# Need help identifying a plant



## Tamar (Feb 23, 2005)

Hello all,

This is a small shrub, long stems and each end is loaded with these red berries in clusters. Have no clue what they are, any ideas? The leaves have died off, but they have small green leaves that are pointed no teeth on them.

Thanks,
Tamar

Whoops, I forgot to add,
We live near Ava Missouri. We have four acres off the highway, and it grows all through the woods.
Thanks and sorry for omitting that


----------



## bare (May 10, 2002)

It's always best to give more information when requesting ID, like what area of the country you're in, did you find the plant in a field, forest, alongside a creek?

Looks similar to bunchberries found in N. Idaho though.


----------



## renee o'neill (May 10, 2002)

its a Calacarpa "Beauty Berry.They come in white also.


----------



## Tamar (Feb 23, 2005)

Hi,

I'll go outside and take better pictures. I don't think its calacarpa as the leaves are not like those long ones, these are very small leaves. Hopefully I'll still find something out there with leaves still?

Thanks...my biggest concern is having little ones, that they might be poisonous, we teach our children to stay away from all red berries to be safe though. I wondered when we get sheep or goats grazing, would they eat them? what are they? Anyways...hope to find soon  

My digital camera died, the ink in the LED screen seems to have exploded? We called the company and are eagerly awaiting our replacement by fedex...hurry fedex! Soon as I get the camera I'll be taking new pictures

Blessings,
Tamar


----------



## bob clark (Nov 3, 2005)

looks like "Buck Brush" to me. I dont know if that is its name everywhere but it is what we call it in Iowa


----------



## Tamar (Feb 23, 2005)

Greetings,

We found it, and it is 
Callicarpa americana
Common Name: American Beautyberry
http://www.grownative.org/index.cfm?fuseaction=plants.plantDetail&plant_id=80

Looks like Renee was right..the plants I saw online under that spelling showed a different berry, but this link shows the leaves and berrries to be what we have all over our property.

Blessings,
Tamar


----------



## Wildcrofthollow (Apr 20, 2005)

Hi,

the plant in the picture seems to be what I learned as "coralberry" or "buckbrush" Symphoriocarpos orbiculatus
It doesn't look like beauty berry (Callicarpa) which usually has purple or nearly blue berries (not that I've seen much of it, it doesnt grow here in the wild) So check out the coralberry thing. Also check to see if your berries are kinda lumpy looking if they are it is Symphoriocarpos.

Hope this helps

David


----------



## Randy Rooster (Dec 14, 2004)

Definately american beauty berry. They flower and set the berries on new growth every year.
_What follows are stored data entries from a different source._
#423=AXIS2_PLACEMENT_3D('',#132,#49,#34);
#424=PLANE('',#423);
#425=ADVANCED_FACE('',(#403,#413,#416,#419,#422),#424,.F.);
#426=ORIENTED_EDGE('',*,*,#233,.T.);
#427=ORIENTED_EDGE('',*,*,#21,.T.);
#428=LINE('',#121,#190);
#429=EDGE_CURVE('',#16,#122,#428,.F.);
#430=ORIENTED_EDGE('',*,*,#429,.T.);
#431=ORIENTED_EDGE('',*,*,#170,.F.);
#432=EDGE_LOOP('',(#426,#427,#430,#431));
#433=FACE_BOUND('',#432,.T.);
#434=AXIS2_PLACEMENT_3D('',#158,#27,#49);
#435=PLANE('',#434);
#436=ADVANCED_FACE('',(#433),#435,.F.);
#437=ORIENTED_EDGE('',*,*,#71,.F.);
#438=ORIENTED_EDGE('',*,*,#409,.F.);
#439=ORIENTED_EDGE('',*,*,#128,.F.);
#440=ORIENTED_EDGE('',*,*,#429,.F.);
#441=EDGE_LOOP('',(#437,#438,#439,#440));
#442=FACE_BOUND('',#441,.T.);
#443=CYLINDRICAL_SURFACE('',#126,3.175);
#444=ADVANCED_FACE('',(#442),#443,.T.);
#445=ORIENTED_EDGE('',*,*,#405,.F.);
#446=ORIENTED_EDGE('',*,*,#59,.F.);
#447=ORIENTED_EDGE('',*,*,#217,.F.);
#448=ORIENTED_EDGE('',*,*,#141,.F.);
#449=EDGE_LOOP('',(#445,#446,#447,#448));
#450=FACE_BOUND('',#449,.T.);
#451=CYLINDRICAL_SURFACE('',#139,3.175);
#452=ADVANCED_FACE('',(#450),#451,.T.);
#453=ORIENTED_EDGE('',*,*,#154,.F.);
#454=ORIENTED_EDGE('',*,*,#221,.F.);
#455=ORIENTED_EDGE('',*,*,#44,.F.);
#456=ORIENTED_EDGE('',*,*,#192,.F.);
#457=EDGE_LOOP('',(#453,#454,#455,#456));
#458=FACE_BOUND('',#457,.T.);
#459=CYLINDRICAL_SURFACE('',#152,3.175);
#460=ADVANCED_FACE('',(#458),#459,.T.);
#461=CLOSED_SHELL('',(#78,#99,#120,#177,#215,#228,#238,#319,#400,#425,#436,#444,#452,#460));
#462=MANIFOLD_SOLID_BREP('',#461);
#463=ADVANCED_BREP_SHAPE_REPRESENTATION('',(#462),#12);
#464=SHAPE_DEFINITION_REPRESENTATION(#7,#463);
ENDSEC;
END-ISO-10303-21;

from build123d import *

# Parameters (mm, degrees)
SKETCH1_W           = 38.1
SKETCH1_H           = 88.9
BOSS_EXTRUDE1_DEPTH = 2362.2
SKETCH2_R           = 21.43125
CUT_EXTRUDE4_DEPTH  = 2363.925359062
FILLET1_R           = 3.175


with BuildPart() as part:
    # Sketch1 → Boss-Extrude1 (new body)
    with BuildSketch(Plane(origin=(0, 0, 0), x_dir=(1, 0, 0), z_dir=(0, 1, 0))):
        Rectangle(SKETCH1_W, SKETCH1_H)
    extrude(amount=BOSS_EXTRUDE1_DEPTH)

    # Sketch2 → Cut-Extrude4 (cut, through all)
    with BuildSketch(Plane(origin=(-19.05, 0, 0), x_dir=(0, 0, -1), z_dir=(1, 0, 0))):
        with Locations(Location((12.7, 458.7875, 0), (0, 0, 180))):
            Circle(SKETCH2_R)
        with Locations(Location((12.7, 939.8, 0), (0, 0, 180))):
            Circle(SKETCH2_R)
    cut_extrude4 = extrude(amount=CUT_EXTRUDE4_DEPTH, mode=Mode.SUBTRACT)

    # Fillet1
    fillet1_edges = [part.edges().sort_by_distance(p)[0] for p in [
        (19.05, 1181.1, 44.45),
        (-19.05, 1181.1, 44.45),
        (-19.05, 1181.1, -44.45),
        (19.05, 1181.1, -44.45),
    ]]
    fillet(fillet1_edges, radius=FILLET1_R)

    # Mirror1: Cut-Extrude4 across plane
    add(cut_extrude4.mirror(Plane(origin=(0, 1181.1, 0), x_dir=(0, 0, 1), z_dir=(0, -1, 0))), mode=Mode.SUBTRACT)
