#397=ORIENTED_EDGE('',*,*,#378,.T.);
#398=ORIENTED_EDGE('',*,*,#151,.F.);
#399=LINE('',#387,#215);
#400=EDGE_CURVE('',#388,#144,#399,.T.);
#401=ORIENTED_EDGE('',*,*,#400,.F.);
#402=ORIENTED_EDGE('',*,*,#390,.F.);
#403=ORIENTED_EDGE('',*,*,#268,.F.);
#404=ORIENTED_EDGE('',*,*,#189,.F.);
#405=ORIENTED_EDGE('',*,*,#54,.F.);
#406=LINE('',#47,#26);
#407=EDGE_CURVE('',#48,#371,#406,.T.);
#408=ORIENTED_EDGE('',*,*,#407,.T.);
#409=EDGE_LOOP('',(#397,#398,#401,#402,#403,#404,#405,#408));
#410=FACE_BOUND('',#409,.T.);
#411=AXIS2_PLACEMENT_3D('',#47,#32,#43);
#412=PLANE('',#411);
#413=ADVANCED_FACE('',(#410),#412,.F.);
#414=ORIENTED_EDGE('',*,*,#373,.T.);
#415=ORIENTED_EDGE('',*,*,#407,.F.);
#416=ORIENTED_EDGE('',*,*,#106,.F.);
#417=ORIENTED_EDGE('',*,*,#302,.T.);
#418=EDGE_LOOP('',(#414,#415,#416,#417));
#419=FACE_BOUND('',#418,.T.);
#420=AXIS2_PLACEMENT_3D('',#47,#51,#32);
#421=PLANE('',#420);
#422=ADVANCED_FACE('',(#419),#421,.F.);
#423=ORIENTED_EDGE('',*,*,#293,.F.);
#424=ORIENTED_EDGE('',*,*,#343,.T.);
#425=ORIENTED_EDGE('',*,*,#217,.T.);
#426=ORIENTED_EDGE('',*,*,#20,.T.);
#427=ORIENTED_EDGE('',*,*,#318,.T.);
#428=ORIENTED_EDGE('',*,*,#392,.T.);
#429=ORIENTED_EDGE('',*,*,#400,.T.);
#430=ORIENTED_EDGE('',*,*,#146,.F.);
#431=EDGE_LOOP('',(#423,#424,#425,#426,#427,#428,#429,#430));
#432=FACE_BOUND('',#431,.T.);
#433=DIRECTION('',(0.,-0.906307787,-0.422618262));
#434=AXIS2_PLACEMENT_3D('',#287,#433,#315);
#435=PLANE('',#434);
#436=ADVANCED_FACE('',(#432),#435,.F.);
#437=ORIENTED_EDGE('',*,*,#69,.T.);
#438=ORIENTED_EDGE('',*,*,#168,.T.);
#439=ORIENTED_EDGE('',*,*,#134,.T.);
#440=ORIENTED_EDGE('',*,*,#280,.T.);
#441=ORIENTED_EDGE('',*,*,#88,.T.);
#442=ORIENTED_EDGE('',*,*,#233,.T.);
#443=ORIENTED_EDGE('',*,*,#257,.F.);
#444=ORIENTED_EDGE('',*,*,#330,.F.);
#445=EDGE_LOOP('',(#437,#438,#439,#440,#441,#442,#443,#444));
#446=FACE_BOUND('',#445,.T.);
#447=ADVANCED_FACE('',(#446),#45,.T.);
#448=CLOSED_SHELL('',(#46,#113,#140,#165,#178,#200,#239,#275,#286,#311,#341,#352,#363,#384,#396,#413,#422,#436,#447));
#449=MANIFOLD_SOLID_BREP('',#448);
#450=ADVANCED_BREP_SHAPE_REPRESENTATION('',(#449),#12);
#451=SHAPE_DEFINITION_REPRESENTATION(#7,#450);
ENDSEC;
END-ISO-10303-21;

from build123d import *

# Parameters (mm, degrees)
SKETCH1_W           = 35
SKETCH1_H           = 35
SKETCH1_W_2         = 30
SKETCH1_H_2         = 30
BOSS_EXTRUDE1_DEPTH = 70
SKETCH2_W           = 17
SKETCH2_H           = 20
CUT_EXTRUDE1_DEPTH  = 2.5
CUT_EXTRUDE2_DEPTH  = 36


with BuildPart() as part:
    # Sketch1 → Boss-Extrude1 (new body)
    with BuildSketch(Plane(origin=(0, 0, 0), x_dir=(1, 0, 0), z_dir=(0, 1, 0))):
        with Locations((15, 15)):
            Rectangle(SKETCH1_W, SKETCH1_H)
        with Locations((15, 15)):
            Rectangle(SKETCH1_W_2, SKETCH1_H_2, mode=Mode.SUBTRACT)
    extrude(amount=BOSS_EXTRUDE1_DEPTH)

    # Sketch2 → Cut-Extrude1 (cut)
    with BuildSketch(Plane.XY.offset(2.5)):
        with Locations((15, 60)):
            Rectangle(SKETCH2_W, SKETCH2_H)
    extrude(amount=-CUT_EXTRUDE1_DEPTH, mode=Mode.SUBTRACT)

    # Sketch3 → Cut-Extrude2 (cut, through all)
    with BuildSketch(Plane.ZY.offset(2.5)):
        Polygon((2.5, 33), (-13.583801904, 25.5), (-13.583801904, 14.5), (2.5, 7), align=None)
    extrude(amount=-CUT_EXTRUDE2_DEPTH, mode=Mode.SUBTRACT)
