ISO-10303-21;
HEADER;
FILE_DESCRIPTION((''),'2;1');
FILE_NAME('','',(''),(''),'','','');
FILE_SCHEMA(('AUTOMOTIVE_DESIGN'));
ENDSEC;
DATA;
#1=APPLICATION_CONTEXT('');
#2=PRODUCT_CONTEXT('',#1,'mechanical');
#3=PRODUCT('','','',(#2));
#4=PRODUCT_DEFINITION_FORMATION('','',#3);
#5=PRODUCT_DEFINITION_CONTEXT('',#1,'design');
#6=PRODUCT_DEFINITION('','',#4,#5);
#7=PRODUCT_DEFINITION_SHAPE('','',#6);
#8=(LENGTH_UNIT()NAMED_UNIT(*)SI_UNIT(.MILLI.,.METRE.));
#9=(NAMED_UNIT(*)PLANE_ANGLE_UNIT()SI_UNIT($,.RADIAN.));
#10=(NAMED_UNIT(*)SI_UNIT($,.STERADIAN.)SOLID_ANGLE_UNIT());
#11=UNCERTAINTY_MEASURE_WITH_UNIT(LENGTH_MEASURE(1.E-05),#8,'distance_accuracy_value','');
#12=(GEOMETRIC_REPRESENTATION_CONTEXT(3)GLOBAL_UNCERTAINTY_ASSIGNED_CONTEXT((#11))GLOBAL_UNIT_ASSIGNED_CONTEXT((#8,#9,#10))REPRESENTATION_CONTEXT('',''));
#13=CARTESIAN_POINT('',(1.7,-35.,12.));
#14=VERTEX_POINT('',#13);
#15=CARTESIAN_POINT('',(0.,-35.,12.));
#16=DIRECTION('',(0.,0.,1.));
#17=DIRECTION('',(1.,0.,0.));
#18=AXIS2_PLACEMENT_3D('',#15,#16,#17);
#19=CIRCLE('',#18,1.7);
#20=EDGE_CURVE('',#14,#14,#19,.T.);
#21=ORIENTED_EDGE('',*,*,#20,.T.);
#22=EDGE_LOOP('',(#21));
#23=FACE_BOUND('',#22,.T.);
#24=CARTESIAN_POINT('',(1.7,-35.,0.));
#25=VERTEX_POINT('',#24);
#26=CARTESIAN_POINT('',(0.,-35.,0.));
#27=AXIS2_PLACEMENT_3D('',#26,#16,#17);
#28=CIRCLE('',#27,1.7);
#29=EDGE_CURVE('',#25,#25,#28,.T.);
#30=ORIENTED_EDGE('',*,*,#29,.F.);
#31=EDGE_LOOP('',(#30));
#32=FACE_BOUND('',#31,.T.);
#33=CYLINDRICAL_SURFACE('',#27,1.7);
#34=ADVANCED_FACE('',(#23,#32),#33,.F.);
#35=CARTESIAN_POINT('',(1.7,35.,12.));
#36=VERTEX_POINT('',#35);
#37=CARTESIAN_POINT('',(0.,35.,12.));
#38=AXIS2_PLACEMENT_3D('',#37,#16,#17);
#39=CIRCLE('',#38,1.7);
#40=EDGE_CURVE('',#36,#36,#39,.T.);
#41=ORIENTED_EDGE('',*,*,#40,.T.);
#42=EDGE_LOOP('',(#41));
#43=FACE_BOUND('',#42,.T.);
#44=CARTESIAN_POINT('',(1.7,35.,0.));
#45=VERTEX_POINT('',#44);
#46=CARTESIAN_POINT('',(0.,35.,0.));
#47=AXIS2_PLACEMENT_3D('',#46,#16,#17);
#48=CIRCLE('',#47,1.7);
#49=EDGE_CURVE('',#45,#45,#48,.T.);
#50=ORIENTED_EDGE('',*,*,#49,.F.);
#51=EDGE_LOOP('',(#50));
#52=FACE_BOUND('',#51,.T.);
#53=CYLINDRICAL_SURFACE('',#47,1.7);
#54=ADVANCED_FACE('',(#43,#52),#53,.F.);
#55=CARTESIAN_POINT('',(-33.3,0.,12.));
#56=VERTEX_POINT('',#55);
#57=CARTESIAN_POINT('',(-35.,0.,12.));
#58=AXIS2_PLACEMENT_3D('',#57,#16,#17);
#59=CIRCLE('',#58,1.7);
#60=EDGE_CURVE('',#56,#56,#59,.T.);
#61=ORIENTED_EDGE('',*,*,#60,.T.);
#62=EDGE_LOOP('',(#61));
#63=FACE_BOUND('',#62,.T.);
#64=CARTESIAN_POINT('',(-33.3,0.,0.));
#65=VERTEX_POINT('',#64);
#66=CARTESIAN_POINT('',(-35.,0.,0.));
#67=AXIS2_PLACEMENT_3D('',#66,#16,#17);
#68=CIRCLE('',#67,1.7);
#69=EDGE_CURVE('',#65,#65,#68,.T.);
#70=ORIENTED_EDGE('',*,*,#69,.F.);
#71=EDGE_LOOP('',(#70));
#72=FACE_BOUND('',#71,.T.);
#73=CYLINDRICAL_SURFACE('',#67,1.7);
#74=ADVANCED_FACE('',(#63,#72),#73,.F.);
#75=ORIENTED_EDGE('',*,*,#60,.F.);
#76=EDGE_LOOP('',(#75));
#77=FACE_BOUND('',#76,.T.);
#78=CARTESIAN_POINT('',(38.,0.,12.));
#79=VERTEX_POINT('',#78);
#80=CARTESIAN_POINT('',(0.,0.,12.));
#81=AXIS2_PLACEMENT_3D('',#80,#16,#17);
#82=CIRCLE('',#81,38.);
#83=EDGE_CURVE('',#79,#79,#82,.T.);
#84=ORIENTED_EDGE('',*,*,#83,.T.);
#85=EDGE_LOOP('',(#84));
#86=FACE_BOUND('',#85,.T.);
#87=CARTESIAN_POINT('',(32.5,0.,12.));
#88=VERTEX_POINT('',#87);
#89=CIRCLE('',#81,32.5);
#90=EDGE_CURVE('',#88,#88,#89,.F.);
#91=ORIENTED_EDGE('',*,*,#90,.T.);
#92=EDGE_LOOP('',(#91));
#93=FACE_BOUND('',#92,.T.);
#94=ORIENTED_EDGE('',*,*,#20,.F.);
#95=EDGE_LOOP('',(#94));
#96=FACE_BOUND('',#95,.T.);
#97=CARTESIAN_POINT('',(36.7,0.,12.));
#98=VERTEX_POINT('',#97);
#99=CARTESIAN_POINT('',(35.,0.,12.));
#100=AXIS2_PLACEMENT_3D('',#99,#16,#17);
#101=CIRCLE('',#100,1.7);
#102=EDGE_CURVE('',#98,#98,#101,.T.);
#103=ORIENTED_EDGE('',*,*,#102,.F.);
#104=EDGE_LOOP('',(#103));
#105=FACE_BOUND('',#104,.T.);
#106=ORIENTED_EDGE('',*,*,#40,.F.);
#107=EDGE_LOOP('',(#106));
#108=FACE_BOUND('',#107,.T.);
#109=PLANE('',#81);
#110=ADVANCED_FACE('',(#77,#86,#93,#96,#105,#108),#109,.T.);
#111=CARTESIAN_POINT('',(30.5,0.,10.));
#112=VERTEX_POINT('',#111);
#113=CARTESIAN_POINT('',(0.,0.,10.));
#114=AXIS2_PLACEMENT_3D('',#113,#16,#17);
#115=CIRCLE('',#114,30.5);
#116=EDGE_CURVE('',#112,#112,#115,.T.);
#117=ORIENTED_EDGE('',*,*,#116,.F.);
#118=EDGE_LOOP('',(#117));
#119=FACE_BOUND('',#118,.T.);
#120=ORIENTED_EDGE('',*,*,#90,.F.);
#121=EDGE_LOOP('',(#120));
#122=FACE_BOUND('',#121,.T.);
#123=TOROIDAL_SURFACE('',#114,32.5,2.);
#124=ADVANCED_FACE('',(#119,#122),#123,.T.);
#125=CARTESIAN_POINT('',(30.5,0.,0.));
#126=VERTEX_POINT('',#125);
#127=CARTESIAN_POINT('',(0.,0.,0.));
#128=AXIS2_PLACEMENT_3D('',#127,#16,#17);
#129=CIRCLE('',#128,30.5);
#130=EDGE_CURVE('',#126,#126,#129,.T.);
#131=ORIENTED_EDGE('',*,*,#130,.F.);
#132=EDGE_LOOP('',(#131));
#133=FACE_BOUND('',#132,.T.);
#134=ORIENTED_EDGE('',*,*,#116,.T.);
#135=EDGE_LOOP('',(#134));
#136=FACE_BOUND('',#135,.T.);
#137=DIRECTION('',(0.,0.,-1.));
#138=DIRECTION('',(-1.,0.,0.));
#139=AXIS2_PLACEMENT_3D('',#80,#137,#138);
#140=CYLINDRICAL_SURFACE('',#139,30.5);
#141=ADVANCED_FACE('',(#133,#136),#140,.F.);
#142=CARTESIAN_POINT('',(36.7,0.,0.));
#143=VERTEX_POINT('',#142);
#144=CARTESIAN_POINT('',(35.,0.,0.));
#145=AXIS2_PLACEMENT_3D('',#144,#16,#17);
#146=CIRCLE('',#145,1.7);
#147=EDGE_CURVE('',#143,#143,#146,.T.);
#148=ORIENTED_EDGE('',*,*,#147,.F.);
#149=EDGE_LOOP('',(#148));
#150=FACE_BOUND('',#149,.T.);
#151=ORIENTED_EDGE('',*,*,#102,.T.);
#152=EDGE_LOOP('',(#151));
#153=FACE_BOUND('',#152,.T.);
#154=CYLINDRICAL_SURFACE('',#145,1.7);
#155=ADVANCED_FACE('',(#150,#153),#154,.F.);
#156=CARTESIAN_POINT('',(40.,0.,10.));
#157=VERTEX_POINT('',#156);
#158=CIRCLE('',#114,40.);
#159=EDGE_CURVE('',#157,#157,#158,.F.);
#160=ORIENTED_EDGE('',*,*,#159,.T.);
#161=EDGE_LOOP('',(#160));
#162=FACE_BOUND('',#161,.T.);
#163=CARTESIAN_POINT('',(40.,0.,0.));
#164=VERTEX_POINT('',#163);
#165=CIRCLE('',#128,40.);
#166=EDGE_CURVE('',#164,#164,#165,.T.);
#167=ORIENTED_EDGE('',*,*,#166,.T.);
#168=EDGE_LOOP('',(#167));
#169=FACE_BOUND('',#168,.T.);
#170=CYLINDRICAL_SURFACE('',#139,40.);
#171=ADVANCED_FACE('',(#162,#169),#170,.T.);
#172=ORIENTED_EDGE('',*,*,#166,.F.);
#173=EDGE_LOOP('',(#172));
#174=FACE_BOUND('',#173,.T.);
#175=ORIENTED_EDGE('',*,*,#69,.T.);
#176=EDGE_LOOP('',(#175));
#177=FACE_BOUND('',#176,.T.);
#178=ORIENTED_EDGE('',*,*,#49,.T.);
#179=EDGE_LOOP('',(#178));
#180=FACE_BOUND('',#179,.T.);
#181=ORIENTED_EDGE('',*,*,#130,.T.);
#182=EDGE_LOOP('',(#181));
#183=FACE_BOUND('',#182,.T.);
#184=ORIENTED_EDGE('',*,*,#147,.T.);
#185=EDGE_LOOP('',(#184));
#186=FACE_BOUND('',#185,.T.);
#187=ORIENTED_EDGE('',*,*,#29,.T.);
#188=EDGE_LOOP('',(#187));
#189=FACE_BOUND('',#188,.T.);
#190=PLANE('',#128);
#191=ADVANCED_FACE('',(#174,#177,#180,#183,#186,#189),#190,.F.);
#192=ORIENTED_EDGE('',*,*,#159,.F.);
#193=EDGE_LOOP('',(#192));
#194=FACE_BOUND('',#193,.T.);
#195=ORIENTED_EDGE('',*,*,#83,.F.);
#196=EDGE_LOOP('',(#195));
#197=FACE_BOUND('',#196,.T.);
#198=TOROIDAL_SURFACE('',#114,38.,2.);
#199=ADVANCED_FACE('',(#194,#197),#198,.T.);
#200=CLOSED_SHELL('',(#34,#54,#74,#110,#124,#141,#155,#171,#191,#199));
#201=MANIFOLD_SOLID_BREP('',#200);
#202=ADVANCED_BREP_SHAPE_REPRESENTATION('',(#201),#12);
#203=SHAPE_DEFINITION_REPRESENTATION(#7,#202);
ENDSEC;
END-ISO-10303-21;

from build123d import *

# Parameters (mm, degrees)
SKETCH_1_R          = 40
SKETCH_1_R_2        = 30.5
EXTRUDE_1_DEPTH     = 12
SKETCH_2_R          = 1.7
CUT_EXTRUDE_1_DEPTH = 12
FILLET_1_R          = 2
FILLET_2_R          = 2


with BuildPart() as part:
    # 草图1 → 凸台-拉伸1 (new body)
    with BuildSketch(Plane.XY):
        Circle(SKETCH_1_R)
        Circle(SKETCH_1_R_2, mode=Mode.SUBTRACT)
    extrude(amount=EXTRUDE_1_DEPTH)

    # 草图2 → 切除-拉伸1 (cut)
    with BuildSketch(Plane.XY.offset(12)):
        with Locations((35, 0)):
            Circle(SKETCH_2_R)
        with Locations((0, -35)):
            Circle(SKETCH_2_R)
        with Locations((-35, 0)):
            Circle(SKETCH_2_R)
        with Locations((0, 35)):
            Circle(SKETCH_2_R)
    extrude(amount=-CUT_EXTRUDE_1_DEPTH, mode=Mode.SUBTRACT)

    # 圆角1
    fillet_1_edges = [part.edges().sort_by_distance(p)[0] for p in [
        (-30.5, 0, 12),
    ]]
    fillet(fillet_1_edges, radius=FILLET_1_R)

    # 圆角2
    fillet_2_edges = [part.edges().sort_by_distance(p)[0] for p in [
        (-40, 0, 12),
    ]]
    fillet(fillet_2_edges, radius=FILLET_2_R)


solid = part.part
I have found they do their best if you cut them back to the ground every year and make all new growth.


----------



## woodspirit (Aug 3, 2005)

Definitely beautyberry (Callicarpa Japonica)
symphoricarpos has berries that can be squished and are larger and don't occur on the stem that way. I've been selling and installing them for almost 25 years.


----------



## caballoviejo (Sep 6, 2004)

woodspirit said:


> Definitely beautyberry (Callicarpa Japonica)
> symphoricarpos has berries that can be squished and are larger and don't occur on the stem that way. I've been selling and installing them for almost 25 years.


How about native and fairly common _Callicarpa americana_ ?


----------



## Grandmotherbear (May 15, 2002)

Beautyberry is edible but not appetizing- best left for the wilddlife.
Looks exactly like the beautyberry her in FL.


----------